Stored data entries
........

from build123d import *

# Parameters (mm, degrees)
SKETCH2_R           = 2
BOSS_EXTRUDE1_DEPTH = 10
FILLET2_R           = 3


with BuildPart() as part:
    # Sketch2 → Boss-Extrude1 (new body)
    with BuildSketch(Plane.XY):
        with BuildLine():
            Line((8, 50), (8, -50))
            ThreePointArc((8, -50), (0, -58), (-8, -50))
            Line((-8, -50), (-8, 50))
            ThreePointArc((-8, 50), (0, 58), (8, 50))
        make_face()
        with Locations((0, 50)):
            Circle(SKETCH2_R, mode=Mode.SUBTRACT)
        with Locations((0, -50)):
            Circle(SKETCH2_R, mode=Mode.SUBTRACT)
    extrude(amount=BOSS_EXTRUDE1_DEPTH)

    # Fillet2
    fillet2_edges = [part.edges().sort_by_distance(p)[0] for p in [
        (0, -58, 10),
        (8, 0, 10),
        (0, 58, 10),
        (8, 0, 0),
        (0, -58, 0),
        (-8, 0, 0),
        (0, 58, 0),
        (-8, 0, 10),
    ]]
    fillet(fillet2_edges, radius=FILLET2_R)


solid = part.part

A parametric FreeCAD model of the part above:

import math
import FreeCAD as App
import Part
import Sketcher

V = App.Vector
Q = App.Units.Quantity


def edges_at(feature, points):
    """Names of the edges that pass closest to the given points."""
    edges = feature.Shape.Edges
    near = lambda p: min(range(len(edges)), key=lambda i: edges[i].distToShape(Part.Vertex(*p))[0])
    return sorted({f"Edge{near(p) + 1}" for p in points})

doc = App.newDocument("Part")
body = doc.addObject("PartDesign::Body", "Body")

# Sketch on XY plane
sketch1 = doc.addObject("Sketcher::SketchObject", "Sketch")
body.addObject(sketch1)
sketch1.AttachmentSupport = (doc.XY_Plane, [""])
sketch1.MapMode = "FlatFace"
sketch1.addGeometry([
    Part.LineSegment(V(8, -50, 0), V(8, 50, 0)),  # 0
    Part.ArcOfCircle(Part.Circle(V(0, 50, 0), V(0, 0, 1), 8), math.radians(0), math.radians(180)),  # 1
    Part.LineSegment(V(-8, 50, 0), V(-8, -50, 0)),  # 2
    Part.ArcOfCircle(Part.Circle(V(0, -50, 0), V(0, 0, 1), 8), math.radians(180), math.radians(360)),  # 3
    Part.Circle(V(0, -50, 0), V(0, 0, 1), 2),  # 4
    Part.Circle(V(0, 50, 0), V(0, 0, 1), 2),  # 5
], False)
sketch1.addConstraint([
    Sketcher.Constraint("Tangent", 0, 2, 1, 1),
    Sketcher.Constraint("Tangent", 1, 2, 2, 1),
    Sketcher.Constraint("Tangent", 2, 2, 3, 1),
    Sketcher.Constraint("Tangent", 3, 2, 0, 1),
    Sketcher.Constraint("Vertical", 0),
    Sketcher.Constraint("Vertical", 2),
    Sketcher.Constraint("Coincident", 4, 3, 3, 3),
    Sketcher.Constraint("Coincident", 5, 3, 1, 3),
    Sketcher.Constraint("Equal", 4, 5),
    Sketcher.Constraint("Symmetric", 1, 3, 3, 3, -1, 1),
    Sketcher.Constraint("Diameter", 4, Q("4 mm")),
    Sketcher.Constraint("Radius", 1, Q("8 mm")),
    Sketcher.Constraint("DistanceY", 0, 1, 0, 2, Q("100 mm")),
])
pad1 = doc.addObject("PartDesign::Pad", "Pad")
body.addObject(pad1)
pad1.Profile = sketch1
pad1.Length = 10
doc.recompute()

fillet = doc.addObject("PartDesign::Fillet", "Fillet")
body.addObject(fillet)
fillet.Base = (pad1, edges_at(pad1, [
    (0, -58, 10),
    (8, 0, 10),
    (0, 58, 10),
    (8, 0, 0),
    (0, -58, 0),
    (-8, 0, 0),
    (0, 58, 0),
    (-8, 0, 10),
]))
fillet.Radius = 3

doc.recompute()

........

Work order:
Every entry should be printed again exactly as it stands.

Response for this exercise:
from build123d import *

# Parameters (mm, degrees)
SKETCH2_R           = 2
BOSS_EXTRUDE1_DEPTH = 10
FILLET2_R           = 3


with BuildPart() as part:
    # Sketch2 → Boss-Extrude1 (new body)
    with BuildSketch(Plane.XY):
        with BuildLine():
            Line((8, 50), (8, -50))
            ThreePointArc((8, -50), (0, -58), (-8, -50))
            Line((-8, -50), (-8, 50))
            ThreePointArc((-8, 50), (0, 58), (8, 50))
        make_face()
        with Locations((0, 50)):
            Circle(SKETCH2_R, mode=Mode.SUBTRACT)
        with Locations((0, -50)):
            Circle(SKETCH2_R, mode=Mode.SUBTRACT)
    extrude(amount=BOSS_EXTRUDE1_DEPTH)

    # Fillet2
    fillet2_edges = [part.edges().sort_by_distance(p)[0] for p in [
        (0, -58, 10),
        (8, 0, 10),
        (0, 58, 10),
        (8, 0, 0),
        (0, -58, 0),
        (-8, 0, 0),
        (0, 58, 0),
        (-8, 0, 10),
    ]]
    fillet(fillet2_edges, radius=FILLET2_R)


solid = part.part

A parametric FreeCAD model of the part above:

import math
import FreeCAD as App
import Part
import Sketcher

V = App.Vector
Q = App.Units.Quantity


def edges_at(feature, points):
    """Names of the edges that pass closest to the given points."""
    edges = feature.Shape.Edges
    near = lambda p: min(range(len(edges)), key=lambda i: edges[i].distToShape(Part.Vertex(*p))[0])
    return sorted({f"Edge{near(p) + 1}" for p in points})

doc = App.newDocument("Part")
body = doc.addObject("PartDesign::Body", "Body")

# Sketch on XY plane
sketch1 = doc.addObject("Sketcher::SketchObject", "Sketch")
body.addObject(sketch1)
sketch1.AttachmentSupport = (doc.XY_Plane, [""])
sketch1.MapMode = "FlatFace"
sketch1.addGeometry([
    Part.LineSegment(V(8, -50, 0), V(8, 50, 0)),  # 0
    Part.ArcOfCircle(Part.Circle(V(0, 50, 0), V(0, 0, 1), 8), math.radians(0), math.radians(180)),  # 1
    Part.LineSegment(V(-8, 50, 0), V(-8, -50, 0)),  # 2
    Part.ArcOfCircle(Part.Circle(V(0, -50, 0), V(0, 0, 1), 8), math.radians(180), math.radians(360)),  # 3
    Part.Circle(V(0, -50, 0), V(0, 0, 1), 2),  # 4
    Part.Circle(V(0, 50, 0), V(0, 0, 1), 2),  # 5
], False)
sketch1.addConstraint([
    Sketcher.Constraint("Tangent", 0, 2, 1, 1),
    Sketcher.Constraint("Tangent", 1, 2, 2, 1),
    Sketcher.Constraint("Tangent", 2, 2, 3, 1),
    Sketcher.Constraint("Tangent", 3, 2, 0, 1),
    Sketcher.Constraint("Vertical", 0),
    Sketcher.Constraint("Vertical", 2),
    Sketcher.Constraint("Coincident", 4, 3, 3, 3),
    Sketcher.Constraint("Coincident", 5, 3, 1, 3),
    Sketcher.Constraint("Equal", 4, 5),
    Sketcher.Constraint("Symmetric", 1, 3, 3, 3, -1, 1),
    Sketcher.Constraint("Diameter", 4, Q("4 mm")),
    Sketcher.Constraint("Radius", 1, Q("8 mm")),
    Sketcher.Constraint("DistanceY", 0, 1, 0, 2, Q("100 mm")),
])
pad1 = doc.addObject("PartDesign::Pad", "Pad")
body.addObject(pad1)
pad1.Profile = sketch1
pad1.Length = 10
doc.recompute()

fillet = doc.addObject("PartDesign::Fillet", "Fillet")
body.addObject(fillet)
fillet.Base = (pad1, edges_at(pad1, [
    (0, -58, 10),
    (8, 0, 10),
    (0, 58, 10),
    (8, 0, 0),
    (0, -58, 0),
    (-8, 0, 0),
    (0, 58, 0),
    (-8, 0, 10),
]))
fillet.Radius = 3

doc.recompute()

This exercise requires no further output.